Babies are dumb

Nicanor has learned that some foods are hot, which hurts his mouth when he eats them. He has learned that if I blow on a food, it is hot. When I offer him soup, he says “hot” because soup is a food that is hot. A few days ago, I gave him some water that had been refrigerated, and after he took a taste, he solemnly turned to me and declared, with an air of aggrieved scandal, that it was “hot.”

What a silly baby. But it rings with something I read in John Holt’s Learning All the Time, a book which contains the assertion that “children’s errors are not accidental but reflect their systems of knowledge.” There’s something of the Freudian “no such thing as accidents” in that assertion, that children’s errors stem from a hidden (to us) system, determined by a variety of perfectly reasonable and comprehensible deductions. He ate some hot soup, therefore hot is what soup is; I blew on the hot chicken, therefore blowing is a result of hotness; the water’s coldness hurt his mouth when he drank it, therefore it was hot. All of this makes a lot of sense, actually.
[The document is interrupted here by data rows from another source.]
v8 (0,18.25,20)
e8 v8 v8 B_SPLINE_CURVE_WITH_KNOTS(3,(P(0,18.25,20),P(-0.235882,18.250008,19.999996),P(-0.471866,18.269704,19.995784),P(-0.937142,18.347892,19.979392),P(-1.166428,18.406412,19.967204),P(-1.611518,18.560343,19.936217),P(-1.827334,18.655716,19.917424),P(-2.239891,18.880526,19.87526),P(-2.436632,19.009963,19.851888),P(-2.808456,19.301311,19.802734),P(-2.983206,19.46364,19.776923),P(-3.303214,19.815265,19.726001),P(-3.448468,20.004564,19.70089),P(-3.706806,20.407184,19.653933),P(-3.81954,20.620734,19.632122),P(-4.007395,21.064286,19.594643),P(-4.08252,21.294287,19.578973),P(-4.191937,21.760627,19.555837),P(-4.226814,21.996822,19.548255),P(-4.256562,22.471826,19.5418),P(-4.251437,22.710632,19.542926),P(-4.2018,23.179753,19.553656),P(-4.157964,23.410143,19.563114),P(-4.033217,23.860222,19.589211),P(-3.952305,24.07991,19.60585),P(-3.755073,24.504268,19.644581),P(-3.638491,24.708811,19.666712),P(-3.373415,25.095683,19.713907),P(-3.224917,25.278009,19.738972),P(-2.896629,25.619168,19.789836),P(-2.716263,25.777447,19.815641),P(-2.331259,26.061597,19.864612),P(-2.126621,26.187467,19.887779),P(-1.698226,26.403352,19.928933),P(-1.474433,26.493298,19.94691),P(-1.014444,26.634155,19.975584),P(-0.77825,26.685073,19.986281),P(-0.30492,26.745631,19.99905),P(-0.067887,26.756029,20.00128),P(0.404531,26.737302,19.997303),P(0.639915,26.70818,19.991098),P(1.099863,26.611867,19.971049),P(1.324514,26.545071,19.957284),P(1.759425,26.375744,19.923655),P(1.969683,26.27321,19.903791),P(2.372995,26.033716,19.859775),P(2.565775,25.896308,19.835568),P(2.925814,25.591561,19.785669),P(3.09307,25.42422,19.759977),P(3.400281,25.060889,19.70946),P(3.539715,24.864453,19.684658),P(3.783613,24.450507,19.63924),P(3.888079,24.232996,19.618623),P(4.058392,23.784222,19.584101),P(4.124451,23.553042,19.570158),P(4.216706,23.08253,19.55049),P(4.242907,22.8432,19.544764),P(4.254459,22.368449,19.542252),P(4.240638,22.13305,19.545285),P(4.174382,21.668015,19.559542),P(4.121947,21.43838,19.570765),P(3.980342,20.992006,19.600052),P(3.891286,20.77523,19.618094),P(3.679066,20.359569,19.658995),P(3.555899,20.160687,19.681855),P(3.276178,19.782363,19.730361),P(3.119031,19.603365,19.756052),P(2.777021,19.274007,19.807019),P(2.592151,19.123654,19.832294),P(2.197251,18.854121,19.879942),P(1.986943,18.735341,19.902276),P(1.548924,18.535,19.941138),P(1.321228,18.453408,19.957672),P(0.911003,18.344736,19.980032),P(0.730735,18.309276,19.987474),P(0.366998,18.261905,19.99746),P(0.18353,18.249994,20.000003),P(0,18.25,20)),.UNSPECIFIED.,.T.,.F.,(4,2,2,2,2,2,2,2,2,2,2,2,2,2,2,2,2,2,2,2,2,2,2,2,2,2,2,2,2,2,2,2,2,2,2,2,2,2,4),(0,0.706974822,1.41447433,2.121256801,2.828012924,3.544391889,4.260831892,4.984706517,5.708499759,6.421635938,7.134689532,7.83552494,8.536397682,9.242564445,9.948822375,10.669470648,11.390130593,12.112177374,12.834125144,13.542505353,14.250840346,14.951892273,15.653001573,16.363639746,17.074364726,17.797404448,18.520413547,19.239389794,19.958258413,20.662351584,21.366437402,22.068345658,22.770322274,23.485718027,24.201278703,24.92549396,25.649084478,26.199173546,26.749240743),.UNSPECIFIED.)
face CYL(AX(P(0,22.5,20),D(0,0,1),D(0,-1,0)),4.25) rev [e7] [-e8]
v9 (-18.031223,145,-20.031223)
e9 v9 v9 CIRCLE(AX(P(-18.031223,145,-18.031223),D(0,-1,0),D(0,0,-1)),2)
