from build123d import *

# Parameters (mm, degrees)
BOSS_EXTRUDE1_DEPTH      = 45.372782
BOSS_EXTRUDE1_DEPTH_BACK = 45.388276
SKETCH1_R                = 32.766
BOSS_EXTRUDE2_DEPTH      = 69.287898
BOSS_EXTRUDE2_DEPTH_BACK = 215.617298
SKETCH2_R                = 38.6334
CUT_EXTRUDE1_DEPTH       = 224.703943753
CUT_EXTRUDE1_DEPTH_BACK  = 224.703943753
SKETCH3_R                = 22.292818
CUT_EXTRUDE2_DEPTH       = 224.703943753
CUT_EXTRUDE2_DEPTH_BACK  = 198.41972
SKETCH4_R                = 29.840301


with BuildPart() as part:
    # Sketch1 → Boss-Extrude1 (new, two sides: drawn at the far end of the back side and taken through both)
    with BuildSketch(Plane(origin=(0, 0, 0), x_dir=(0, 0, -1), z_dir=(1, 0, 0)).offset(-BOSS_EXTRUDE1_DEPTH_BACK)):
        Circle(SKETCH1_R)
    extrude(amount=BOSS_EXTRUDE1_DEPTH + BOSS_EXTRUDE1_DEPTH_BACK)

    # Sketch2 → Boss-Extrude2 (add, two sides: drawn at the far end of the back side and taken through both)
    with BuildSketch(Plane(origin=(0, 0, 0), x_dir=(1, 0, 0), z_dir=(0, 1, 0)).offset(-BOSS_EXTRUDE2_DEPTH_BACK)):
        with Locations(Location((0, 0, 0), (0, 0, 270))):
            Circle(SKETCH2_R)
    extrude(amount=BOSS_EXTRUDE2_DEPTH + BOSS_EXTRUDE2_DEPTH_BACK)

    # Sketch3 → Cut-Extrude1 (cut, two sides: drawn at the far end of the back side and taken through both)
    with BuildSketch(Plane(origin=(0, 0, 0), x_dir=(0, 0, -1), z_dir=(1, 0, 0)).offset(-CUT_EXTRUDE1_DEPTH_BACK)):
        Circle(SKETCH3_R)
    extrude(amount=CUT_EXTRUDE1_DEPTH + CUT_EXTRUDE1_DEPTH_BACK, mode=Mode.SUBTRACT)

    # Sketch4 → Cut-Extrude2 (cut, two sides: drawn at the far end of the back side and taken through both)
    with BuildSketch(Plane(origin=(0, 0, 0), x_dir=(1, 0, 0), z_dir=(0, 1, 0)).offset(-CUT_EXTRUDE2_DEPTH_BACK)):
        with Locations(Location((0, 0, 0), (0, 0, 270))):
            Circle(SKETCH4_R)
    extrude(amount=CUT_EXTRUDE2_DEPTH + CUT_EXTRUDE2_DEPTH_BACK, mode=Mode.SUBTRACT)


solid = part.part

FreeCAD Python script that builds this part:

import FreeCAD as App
import Part
import Sketcher
Q = App.Units.Quantity

doc = App.newDocument("Part")
body = doc.addObject("PartDesign::Body", "Body")

sketch1 = body.newObject("Sketcher::SketchObject", "Sketch")
sketch1.AttachmentSupport = (doc.getObject("YZ_Plane"), [""])
sketch1.MapMode = "FlatFace"
sketch1.addGeometry(Part.Circle(App.Vector(0, 0, 0), App.Vector(0, 0, 1), 33), False)
sketch1.addConstraint(Sketcher.Constraint("Coincident", 0, 3, -1, 1))
sketch1.addConstraint(Sketcher.Constraint("Diameter", 0, Q("2.58 in")))
pad1 = body.newObject("PartDesign::Pad", "Pad")
pad1.Profile = sketch1
pad1.Type = "TwoLengths"
pad1.Length = 45.372782
pad1.Length2 = 45.388276

sketch2 = body.newObject("Sketcher::SketchObject", "Sketch001")
sketch2.AttachmentSupport = (doc.getObject("XZ_Plane"), [""])
sketch2.MapMode = "FlatFace"
sketch2.addGeometry(Part.Circle(App.Vector(0, 0, 0), App.Vector(0, 0, 1), 39), False)
sketch2.addConstraint(Sketcher.Constraint("Coincident", 0, 3, -1, 1))
sketch2.addConstraint(Sketcher.Constraint("Diameter", 0, Q("3.042 in")))
pad2 = body.newObject("PartDesign::Pad", "Pad001")
pad2.Profile = sketch2
pad2.Type = "TwoLengths"
pad2.Length = 69.287898
pad2.Length2 = 215.617298
pad2.Reversed = True

sketch3 = body.newObject("Sketcher::SketchObject", "Sketch002")
sketch3.AttachmentSupport = (doc.getObject("YZ_Plane"), [""])
sketch3.MapMode = "FlatFace"
sketch3.addGeometry(Part.Circle(App.Vector(0, 0, 0), App.Vector(0, 0, 1), 22), False)
sketch3.addConstraint(Sketcher.Constraint("Coincident", 0, 3, -1, 1))
sketch3.addConstraint(Sketcher.Constraint("Diameter", 0, Q("44.585636 mm")))
pocket1 = body.newObject("PartDesign::Pocket", "Pocket")
pocket1.Profile = sketch3
pocket1.Type = "ThroughAll"
pocket1.Midplane = True

sketch4 = body.newObject("Sketcher::SketchObject", "Sketch003")
sketch4.AttachmentSupport = (doc.getObject("XZ_Plane"), [""])
sketch4.MapMode = "FlatFace"
sketch4.addGeometry(Part.Circle(App.Vector(0, 0, 0), App.Vector(0, 0, 1), 30), False)
sketch4.addConstraint(Sketcher.Constraint("Coincident", 0, 3, -1, 1))
sketch4.addConstraint(Sketcher.Constraint("Diameter", 0, Q("59.680602 mm")))
pocket2 = body.newObject("PartDesign::Pocket", "Pocket001")
pocket2.Profile = sketch4
pocket2.Type = "TwoLengths"
pocket2.Length = 224.703944
pocket2.Length2 = Q("7.8118 in")

doc.recompute()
John Holt offers this very nice passage on those hidden systems:

When I taught fifth grade many of my students, filling out forms, would identify themselves as “grils.” I was always touched and amused by this mistake, but I thought it was just foolish or careless. Not for many, many years did I understand that the children calling themselves “grils” were thinking sensibly, were indeed doing exactly what their teachers had told them to do: sounding out the word and spelling it a sound at a time. They had been taught, and learned, that the letters gr made the sound “gurr.” So they wrote down gr. That left the sound “ul.” They knew that l had to come at the end, and they knew that there was an i in the word, so obviously it had to be gril. Countless adults had no doubt told them that gril was wrong, and I joined the crowd. But it was futile; they went on trying to spell girl phonetically, as they had been told to, and could only come up with gril. If I had had the sense to say, “You folks are on the right track, only in this case English uses the letters g-i-r to make the sound ‘gurr,”‘ they would have said, “Oh, I see, “and could have done it correctly.
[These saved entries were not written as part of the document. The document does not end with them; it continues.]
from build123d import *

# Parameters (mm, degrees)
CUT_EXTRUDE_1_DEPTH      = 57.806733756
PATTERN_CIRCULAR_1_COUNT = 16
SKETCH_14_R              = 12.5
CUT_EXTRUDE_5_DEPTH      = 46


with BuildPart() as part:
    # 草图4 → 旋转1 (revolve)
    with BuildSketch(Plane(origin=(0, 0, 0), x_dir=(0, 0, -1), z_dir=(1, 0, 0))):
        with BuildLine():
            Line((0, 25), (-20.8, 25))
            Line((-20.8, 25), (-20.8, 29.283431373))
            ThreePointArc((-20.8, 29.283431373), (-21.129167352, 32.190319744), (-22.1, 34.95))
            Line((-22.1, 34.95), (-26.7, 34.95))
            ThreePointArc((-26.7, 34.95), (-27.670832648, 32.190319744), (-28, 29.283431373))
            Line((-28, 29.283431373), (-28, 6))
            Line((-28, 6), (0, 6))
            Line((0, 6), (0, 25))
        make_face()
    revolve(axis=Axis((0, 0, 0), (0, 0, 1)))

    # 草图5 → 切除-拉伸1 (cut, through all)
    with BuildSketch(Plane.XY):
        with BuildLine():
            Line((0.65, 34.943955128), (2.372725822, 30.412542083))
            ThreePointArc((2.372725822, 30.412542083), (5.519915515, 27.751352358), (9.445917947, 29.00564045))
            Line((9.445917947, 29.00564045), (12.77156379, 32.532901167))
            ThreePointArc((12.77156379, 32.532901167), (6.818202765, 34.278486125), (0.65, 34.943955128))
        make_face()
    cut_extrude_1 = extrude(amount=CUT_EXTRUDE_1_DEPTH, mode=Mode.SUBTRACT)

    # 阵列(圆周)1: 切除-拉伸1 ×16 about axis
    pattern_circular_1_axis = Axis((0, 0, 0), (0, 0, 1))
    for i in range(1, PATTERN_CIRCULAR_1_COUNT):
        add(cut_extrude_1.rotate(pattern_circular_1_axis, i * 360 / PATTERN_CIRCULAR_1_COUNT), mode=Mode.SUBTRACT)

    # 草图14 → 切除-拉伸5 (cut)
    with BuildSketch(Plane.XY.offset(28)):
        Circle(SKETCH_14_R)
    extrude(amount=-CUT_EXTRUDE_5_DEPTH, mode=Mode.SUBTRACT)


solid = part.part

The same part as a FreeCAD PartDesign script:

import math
import FreeCAD as App
import Part
import Sketcher
from FreeCAD import Vector
Q = App.Units.Quantity

doc = App.newDocument("Part")
body = doc.addObject("PartDesign::Body", "Body")

sketch1 = doc.addObject("Sketcher::SketchObject", "Sketch")
body.addObject(sketch1)
sketch1.AttachmentSupport = (doc.YZ_Plane, [""])
sketch1.MapMode = "FlatFace"
sketch1.addGeometry(Part.LineSegment(Vector(25, 0, 0), Vector(25, 20.8, 0)), False)
sketch1.addGeometry(Part.LineSegment(Vector(25, 20.8, 0), Vector(29.283431, 20.8, 0)), False)
sketch1.addGeometry(Part.ArcOfCircle(Part.Circle(Vector(29.283431, 33.8, 0), Vector(0, 0, 1), 13), math.radians(-90), math.radians(-64.158067)), False)
sketch1.addGeometry(Part.LineSegment(Vector(34.95, 22.1, 0), Vector(34.95, 26.7, 0)), False)
sketch1.addGeometry(Part.ArcOfCircle(Part.Circle(Vector(29.283431, 15, 0), Vector(0, 0, 1), 13), math.radians(64.158067), math.radians(90)), False)
sketch1.addGeometry(Part.LineSegment(Vector(29.283431, 28, 0), Vector(6, 28, 0)), False)
sketch1.addGeometry(Part.LineSegment(Vector(6, 28, 0), Vector(6, 0, 0)), False)
sketch1.addGeometry(Part.LineSegment(Vector(6, 0, 0), Vector(25, 0, 0)), False)
sketch1.addConstraint(Sketcher.Constraint("Coincident", 0, 2, 1, 1))
sketch1.addConstraint(Sketcher.Constraint("Tangent", 1, 2, 2, 1))
sketch1.addConstraint(Sketcher.Constraint("Coincident", 2, 2, 3, 1))
sketch1.addConstraint(Sketcher.Constraint("Coincident", 3, 2, 4, 1))
sketch1.addConstraint(Sketcher.Constraint("Tangent", 4, 2, 5, 1))
sketch1.addConstraint(Sketcher.Constraint("Coincident", 5, 2, 6, 1))
sketch1.addConstraint(Sketcher.Constraint("Coincident", 6, 2, 7, 1))
sketch1.addConstraint(Sketcher.Constraint("Coincident", 7, 2, 0, 1))
sketch1.addConstraint(Sketcher.Constraint("Vertical", 0))
sketch1.addConstraint(Sketcher.Constraint("Horizontal", 1))
sketch1.addConstraint(Sketcher.Constraint("Vertical", 3))
sketch1.addConstraint(Sketcher.Constraint("Horizontal", 5))
sketch1.addConstraint(Sketcher.Constraint("Vertical", 6))
sketch1.addConstraint(Sketcher.Constraint("Horizontal", 7))
sketch1.addConstraint(Sketcher.Constraint("Equal", 2, 4))
sketch1.addConstraint(Sketcher.Constraint("PointOnObject", 6, 2, -1))
sketch1.addConstraint(Sketcher.Constraint("Vertical", 2, 3, 4, 3))
sketch1.addConstraint(Sketcher.Constraint("Radius", 2, Q("13 mm")))
sketch1.addConstraint(Sketcher.Constraint("DistanceX", 7, 1, 7, 2, Q("19 mm")))
sketch1.addConstraint(Sketcher.Constraint("DistanceY", 6, 2, 6, 1, Q("28 mm")))
sketch1.addConstraint(Sketcher.Constraint("DistanceY", 0, 1, 0, 2, Q("20.8 mm")))
sketch1.addConstraint(Sketcher.Constraint("DistanceY", 3, 1, 3, 2, Q("4.6 mm")))
sketch1.addConstraint(Sketcher.Constraint("DistanceX", -1, 1, 0, 2, Q("25 mm")))
sketch1.addConstraint(Sketcher.Constraint("DistanceX", -1, 1, 2, 2, Q("34.95 mm")))
revolution = doc.addObject("PartDesign::Revolution", "Revolution")
body.addObject(revolution)
revolution.Profile = sketch1
revolution.ReferenceAxis = (sketch1, ["V_Axis"])
revolution.Angle = 360

sketch2 = doc.addObject("Sketcher::SketchObject", "Sketch001")
body.addObject(sketch2)
sketch2.AttachmentSupport = (doc.XY_Plane, [""])
sketch2.MapMode = "FlatFace"
sketch2.addGeometry(Part.LineSegment(Vector(0.65, 34.943955, 0), Vector(2.372726, 30.412542, 0)), False)
sketch2.addGeometry(Part.ArcOfCircle(Part.Circle(Vector(6.35, 31.924599, 0), Vector(0, 0, 1), 4.255), math.radians(-159.184494), math.radians(-43.314825)), False)
sketch2.addGeometry(Part.LineSegment(Vector(9.445918, 29.00564, 0), Vector(12.771564, 32.532901, 0)), False)
sketch2.addGeometry(Part.ArcOfCircle(Part.Circle(Vector(0, 0, 0), Vector(0, 0, 1), 34.95), math.radians(68.56633), math.radians(88.934352)), False)
sketch2.addConstraint(Sketcher.Constraint("Tangent", 0, 2, 1, 1))
sketch2.addConstraint(Sketcher.Constraint("Tangent", 1, 2, 2, 1))
sketch2.addConstraint(Sketcher.Constraint("Coincident", 2, 2, 3, 1))
sketch2.addConstraint(Sketcher.Constraint("Coincident", 3, 2, 0, 1))
sketch2.addConstraint(Sketcher.Constraint("Coincident", 3, 3, -1, 1))
sketch2.addConstraint(Sketcher.Constraint("Equal", 0, 2))
sketch2.addConstraint(Sketcher.Constraint("Radius", 3, Q("34.95 mm")))
sketch2.addConstraint(Sketcher.Constraint("Radius", 1, Q("4.255 mm")))
sketch2.addConstraint(Sketcher.Constraint("DistanceX", 3, 2, 1, 3, Q("5.7 mm")))
sketch2.addConstraint(Sketcher.Constraint("DistanceX", -1, 1, 1, 3, Q("6.35 mm")))
sketch2.addConstraint(Sketcher.Constraint("DistanceY", -1, 1, 1, 3, Q("31.924599 mm")))
pocket1 = doc.addObject("PartDesign::Pocket", "Pocket")
body.addObject(pocket1)
pocket1.Profile = sketch2
pocket1.Type = "ThroughAll"
pocket1.Reversed = True
doc.recompute()

polarpattern = doc.addObject("PartDesign::PolarPattern", "PolarPattern")
body.addObject(polarpattern)
polarpattern.Originals = [pocket1]
polarpattern.Axis = (doc.Z_Axis, [""])
polarpattern.Angle = 360
polarpattern.Occurrences = 16
body.Tip = polarpattern

sketch3 = doc.addObject("Sketcher::SketchObject", "Sketch002")
body.addObject(sketch3)
sketch3.AttachmentSupport = (doc.XY_Plane, [""])
sketch3.MapMode = "FlatFace"
sketch3.AttachmentOffset = App.Placement(Vector(0, 0, 28), App.Rotation())
sketch3.addGeometry(Part.Circle(Vector(0, 0, 0), Vector(0, 0, 1), 12.5), False)
sketch3.addConstraint(Sketcher.Constraint("Coincident", 0, 3, -1, 1))
sketch3.addConstraint(Sketcher.Constraint("Diameter", 0, Q("25 mm")))
pocket2 = doc.addObject("PartDesign::Pocket", "Pocket001")
body.addObject(pocket2)
pocket2.Profile = sketch3
pocket2.Length = 46

doc.recompute()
It’s a book about how kids learn, and though he was one of the major voices behind unschooling, Holt’s endpoint is how we learn to read correctly, even if the correct way words are spelled is often odd and counterintuitive (the truer thing, perhaps, that those grils learned). More than that, there is something so barren and austere about the “correct” version. After all: Is soup hot? When reducible to an objective yes or no question, it’s a one or a zero, a fact so stupid you could teach a computer to know it. And yet soup is hot, in a deep cultural sense, the knowledge that food tastes better when its hot; to read the sentence “I threw soup on him” and not hear and feel the hotness, not know that the soup is surely hot, is not to know what that sentence means. To see someone blow on a food, and know that it’s probably hot? That is going to steer you better than the assumption that until you’ve tasted it, you can’t know if it will hurt your mouth. And of course who hasn’t touched something so cold that it burns your hand? As Freud learned, too, everyday life might be what we’re stuck with, but it’s silly dreams that are interesting.